An example of the diversity justification that has been previously accepted by staff can be found in the precedent LAR at ADAMS Accession No. ML19280C844, or RAI at ADAMS accession No. ML19224B705.
b) If the diverse means the licensee identified are manual actuations, confirm that these manual actuations are modeled in the plant PRA, defined in plant operation procedures to which operators are trained, and confirm the completion times associated with these actions are evaluated as adequate.
RAI 25
Differences Between TSTF-505 and the LAR The LAR proposed to modify TS requirements to permit the use of Risk-Informed Completion Times in accordance with TSTF-505, Revision 2, Provide Risk-Informed Extended Completion Times - RITSTF Initiative 4b. The amendment requests to make changes to TS 3.6.1.3 Primary Containment Isolation Valves (PCIVs)
TSTF-505, Revision 2 TS 3.6.1.3 Primary Containment Isolation Valves (PCIVs) pertaining to BWR/4 STS (page 591 of 850) contains the following:
Condition E requires additional justification. RAs A.2, C.2, E.2 and E.3 to specify the periodic performance of an action and Conditions F, G, and H are default Conditions. Therefore, they are excluded. Conditions B, C, and D are excluded.
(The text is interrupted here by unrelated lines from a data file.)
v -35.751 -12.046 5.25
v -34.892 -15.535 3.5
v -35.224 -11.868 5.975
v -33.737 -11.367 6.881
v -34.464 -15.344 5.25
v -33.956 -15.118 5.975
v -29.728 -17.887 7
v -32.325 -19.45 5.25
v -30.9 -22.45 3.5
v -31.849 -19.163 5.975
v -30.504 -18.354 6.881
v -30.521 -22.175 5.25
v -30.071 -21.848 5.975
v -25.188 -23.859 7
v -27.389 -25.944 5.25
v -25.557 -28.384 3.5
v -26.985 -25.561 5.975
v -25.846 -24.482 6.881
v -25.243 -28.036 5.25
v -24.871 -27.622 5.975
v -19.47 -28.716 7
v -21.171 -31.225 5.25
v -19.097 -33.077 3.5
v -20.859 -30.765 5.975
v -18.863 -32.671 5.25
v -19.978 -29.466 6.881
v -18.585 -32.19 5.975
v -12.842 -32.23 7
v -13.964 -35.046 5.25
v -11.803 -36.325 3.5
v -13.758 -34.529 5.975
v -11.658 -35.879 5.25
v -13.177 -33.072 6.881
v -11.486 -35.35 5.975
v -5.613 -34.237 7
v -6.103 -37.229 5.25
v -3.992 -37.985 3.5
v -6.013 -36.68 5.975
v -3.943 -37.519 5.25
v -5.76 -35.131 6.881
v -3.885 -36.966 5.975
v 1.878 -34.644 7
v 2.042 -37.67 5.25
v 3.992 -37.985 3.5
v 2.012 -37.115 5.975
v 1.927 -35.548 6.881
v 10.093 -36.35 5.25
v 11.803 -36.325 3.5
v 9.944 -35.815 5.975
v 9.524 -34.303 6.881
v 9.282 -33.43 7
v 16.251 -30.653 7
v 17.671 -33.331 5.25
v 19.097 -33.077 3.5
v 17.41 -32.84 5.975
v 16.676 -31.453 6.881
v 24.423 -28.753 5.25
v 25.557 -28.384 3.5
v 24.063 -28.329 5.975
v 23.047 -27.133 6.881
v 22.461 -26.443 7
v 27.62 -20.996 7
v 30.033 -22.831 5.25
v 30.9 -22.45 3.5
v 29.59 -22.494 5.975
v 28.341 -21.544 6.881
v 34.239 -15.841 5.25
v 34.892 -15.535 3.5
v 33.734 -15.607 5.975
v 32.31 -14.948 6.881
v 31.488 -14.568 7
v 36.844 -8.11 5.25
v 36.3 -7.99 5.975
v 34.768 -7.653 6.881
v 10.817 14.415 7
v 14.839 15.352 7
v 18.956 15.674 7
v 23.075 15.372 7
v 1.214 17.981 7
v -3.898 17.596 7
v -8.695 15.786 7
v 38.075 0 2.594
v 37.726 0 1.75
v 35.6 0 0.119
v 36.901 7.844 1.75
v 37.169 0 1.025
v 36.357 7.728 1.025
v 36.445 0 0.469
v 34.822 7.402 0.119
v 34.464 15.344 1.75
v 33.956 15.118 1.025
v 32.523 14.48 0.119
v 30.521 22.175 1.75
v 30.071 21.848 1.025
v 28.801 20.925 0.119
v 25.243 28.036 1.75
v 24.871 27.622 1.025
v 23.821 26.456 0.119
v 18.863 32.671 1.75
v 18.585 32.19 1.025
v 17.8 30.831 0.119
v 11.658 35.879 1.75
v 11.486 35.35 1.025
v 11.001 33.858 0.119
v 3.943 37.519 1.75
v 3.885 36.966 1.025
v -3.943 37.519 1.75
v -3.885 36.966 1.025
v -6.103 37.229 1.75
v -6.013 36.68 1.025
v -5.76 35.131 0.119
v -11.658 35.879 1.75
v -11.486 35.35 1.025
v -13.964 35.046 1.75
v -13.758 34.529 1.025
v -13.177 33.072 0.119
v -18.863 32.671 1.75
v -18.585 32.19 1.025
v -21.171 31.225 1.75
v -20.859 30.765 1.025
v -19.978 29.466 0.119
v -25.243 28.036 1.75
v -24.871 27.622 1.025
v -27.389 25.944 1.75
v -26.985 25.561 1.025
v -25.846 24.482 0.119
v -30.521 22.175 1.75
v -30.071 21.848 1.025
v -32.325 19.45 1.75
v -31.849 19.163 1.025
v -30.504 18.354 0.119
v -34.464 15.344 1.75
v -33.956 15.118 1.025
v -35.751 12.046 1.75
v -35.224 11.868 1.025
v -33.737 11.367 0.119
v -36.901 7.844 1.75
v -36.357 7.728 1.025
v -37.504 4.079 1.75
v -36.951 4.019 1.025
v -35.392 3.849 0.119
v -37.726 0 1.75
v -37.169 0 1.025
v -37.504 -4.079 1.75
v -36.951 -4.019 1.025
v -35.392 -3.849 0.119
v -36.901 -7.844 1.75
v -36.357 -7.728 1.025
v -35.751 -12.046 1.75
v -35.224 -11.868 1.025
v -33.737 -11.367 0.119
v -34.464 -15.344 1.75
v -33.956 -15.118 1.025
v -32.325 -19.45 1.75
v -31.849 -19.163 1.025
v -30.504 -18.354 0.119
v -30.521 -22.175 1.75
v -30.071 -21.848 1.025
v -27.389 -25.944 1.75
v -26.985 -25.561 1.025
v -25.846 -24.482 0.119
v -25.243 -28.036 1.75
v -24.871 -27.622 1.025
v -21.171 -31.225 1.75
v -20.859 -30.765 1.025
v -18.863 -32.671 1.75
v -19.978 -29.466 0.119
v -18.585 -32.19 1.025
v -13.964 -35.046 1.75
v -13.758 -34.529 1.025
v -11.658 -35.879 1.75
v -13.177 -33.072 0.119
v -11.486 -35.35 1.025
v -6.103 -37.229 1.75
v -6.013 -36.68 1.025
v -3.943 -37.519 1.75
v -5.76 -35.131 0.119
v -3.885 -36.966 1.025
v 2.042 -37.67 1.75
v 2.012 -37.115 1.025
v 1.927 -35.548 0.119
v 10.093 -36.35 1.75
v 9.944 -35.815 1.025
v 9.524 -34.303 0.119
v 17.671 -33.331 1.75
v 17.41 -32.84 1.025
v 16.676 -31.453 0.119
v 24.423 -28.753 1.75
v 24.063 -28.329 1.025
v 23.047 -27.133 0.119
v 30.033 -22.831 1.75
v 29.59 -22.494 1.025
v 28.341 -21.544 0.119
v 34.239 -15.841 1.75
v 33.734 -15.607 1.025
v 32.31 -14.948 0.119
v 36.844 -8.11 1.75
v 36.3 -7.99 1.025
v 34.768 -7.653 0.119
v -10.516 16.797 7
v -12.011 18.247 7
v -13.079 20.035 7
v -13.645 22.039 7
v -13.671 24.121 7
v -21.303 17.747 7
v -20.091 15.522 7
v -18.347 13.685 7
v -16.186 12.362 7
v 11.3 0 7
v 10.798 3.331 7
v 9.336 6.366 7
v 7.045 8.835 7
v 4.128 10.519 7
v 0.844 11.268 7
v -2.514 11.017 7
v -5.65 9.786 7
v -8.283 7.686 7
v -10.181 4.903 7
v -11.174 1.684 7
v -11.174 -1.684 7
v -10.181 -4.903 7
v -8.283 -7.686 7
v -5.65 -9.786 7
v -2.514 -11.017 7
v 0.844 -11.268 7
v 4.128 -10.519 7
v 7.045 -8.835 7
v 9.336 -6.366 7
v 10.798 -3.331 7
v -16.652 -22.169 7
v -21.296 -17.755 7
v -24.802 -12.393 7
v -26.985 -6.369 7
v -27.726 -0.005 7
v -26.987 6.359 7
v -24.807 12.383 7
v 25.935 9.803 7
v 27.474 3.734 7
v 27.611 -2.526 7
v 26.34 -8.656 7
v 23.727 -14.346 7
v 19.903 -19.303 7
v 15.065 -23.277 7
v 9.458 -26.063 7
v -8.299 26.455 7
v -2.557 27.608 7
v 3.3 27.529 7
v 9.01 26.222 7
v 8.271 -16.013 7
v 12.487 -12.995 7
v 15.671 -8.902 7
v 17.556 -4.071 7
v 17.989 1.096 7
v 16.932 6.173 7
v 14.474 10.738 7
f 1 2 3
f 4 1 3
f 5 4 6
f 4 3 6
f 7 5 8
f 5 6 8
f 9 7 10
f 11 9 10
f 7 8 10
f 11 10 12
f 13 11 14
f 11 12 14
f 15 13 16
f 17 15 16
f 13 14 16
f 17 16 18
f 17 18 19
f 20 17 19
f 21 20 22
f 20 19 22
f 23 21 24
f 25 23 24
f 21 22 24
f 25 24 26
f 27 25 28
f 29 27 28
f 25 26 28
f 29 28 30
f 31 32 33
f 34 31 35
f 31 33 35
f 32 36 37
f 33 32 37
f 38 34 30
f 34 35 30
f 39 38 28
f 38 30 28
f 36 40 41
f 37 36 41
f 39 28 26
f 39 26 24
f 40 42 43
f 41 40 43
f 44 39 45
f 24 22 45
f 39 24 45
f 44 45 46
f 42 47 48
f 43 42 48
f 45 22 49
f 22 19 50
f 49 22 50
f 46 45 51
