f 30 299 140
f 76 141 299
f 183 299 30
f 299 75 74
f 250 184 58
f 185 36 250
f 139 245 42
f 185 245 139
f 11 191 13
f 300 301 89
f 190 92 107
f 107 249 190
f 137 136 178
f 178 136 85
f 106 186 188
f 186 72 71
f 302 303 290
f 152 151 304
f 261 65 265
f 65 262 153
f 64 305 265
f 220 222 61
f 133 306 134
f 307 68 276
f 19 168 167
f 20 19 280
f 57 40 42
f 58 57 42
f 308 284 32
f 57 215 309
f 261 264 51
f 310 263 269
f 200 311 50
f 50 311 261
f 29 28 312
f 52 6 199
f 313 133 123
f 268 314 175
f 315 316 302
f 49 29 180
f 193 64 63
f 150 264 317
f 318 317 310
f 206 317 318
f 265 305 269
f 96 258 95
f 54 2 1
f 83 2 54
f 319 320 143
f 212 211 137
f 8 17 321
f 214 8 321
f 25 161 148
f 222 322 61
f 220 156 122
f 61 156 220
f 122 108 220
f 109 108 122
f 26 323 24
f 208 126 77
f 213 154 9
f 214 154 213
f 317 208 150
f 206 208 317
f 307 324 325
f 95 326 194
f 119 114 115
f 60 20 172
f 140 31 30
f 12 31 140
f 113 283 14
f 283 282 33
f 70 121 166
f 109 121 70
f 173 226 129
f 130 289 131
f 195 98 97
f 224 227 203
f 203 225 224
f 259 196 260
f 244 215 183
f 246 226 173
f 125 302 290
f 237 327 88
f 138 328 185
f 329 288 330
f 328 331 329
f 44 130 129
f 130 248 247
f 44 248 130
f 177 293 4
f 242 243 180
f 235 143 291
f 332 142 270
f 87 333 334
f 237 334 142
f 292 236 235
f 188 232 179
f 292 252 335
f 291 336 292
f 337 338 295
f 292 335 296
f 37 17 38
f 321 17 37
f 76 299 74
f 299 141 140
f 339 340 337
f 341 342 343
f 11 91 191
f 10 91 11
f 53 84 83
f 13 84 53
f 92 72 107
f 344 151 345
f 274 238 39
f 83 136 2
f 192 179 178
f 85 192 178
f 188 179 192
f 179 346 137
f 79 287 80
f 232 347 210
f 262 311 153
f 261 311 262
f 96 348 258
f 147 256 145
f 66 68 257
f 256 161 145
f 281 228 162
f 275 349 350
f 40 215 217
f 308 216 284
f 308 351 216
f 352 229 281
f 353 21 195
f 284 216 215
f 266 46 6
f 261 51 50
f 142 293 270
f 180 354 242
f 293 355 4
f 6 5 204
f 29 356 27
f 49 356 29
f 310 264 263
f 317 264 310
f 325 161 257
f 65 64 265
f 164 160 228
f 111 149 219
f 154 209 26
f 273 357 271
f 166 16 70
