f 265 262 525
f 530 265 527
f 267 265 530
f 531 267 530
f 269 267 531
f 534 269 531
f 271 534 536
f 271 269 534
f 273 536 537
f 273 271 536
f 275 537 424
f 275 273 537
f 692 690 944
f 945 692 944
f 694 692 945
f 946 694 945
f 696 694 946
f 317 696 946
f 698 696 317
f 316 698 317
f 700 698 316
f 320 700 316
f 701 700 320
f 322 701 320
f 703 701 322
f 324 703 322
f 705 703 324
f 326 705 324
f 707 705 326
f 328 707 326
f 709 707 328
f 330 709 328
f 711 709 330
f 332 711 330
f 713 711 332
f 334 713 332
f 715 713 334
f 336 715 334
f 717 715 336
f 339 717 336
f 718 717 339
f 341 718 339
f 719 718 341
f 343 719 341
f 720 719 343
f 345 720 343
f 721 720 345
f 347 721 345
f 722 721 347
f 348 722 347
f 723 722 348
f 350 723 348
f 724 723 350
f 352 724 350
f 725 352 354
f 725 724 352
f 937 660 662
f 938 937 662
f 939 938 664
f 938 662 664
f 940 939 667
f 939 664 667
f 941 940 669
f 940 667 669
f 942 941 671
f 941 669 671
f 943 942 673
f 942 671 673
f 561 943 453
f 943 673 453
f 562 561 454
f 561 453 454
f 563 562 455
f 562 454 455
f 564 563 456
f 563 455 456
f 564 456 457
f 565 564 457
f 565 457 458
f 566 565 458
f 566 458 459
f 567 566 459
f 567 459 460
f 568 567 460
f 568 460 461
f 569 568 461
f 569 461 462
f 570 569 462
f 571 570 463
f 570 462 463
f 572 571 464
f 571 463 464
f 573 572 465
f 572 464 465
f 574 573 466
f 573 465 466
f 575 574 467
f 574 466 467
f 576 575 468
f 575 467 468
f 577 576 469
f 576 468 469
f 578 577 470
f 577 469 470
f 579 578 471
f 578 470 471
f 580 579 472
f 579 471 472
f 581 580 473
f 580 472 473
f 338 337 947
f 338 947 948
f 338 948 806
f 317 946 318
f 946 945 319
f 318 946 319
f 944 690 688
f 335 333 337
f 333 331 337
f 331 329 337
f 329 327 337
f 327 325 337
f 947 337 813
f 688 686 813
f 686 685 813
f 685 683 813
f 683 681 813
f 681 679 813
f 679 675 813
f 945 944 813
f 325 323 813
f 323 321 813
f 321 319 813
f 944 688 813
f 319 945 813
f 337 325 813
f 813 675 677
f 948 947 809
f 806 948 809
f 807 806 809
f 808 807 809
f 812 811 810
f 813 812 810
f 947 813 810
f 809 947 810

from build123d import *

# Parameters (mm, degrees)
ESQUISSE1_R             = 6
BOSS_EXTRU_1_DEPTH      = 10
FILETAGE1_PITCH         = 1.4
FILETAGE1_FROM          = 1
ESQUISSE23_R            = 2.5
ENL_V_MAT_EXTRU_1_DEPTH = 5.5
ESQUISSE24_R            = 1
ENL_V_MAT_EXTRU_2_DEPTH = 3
The following differences were noted by the NRC staff between TSTF-505, Revision 2 and the LAR:
The LAR Completion Time for C.2 has an AND statement that reads in entirety Prior to entering MODE 2 or 3 from MODE 4 if primary containment was de-inerted while in MODE 4, if performed within the previous 92 days, for isolation devices inside primary containment. This AND statement does not appear in the corresponding TSTF-505 Revision 2.
Conversely, TSTF-505 Revision 2 Condition E.2 contains a similar (not identical) AND statement that is not replicated for the Completion Time of LAR D.2.
The LAR Completion Time for the Required Action of D.1 proposes to invoke INSERT RICT
- 2. TSTF-505. Revision 2 for the Required Action of E.1 of the counterpart Completion Time proposes to invoke the equivalent of LAR INSERT RICT 1. The difference between INSERT RICT 2 versus INSERT RICT 1 consists of the former including a NOTE to the effect Not applicable when a loss of function occurs.
TSTF-505, Revision 2 has an E.3 Required Action of Perform SR 3.6.1.3.7 for resilient seal purge valves closed to comply with Required Action E.1 with a Completion Time of Once per
[92] days [following isolation]. The staff notes that in the LAR there is no corresponding D.3 invoking SR 3.6.1.3.11.
The LAR does not address the above identified differences between the proposed changes of the LAR and TSTF-505, Revision 2.
Provide justification of the noted differences between the LAR and TSTF-505, Rev 2. Include justification for the conclusion that the proposed change to TS 3.6.1.3 does not represent a loss of function.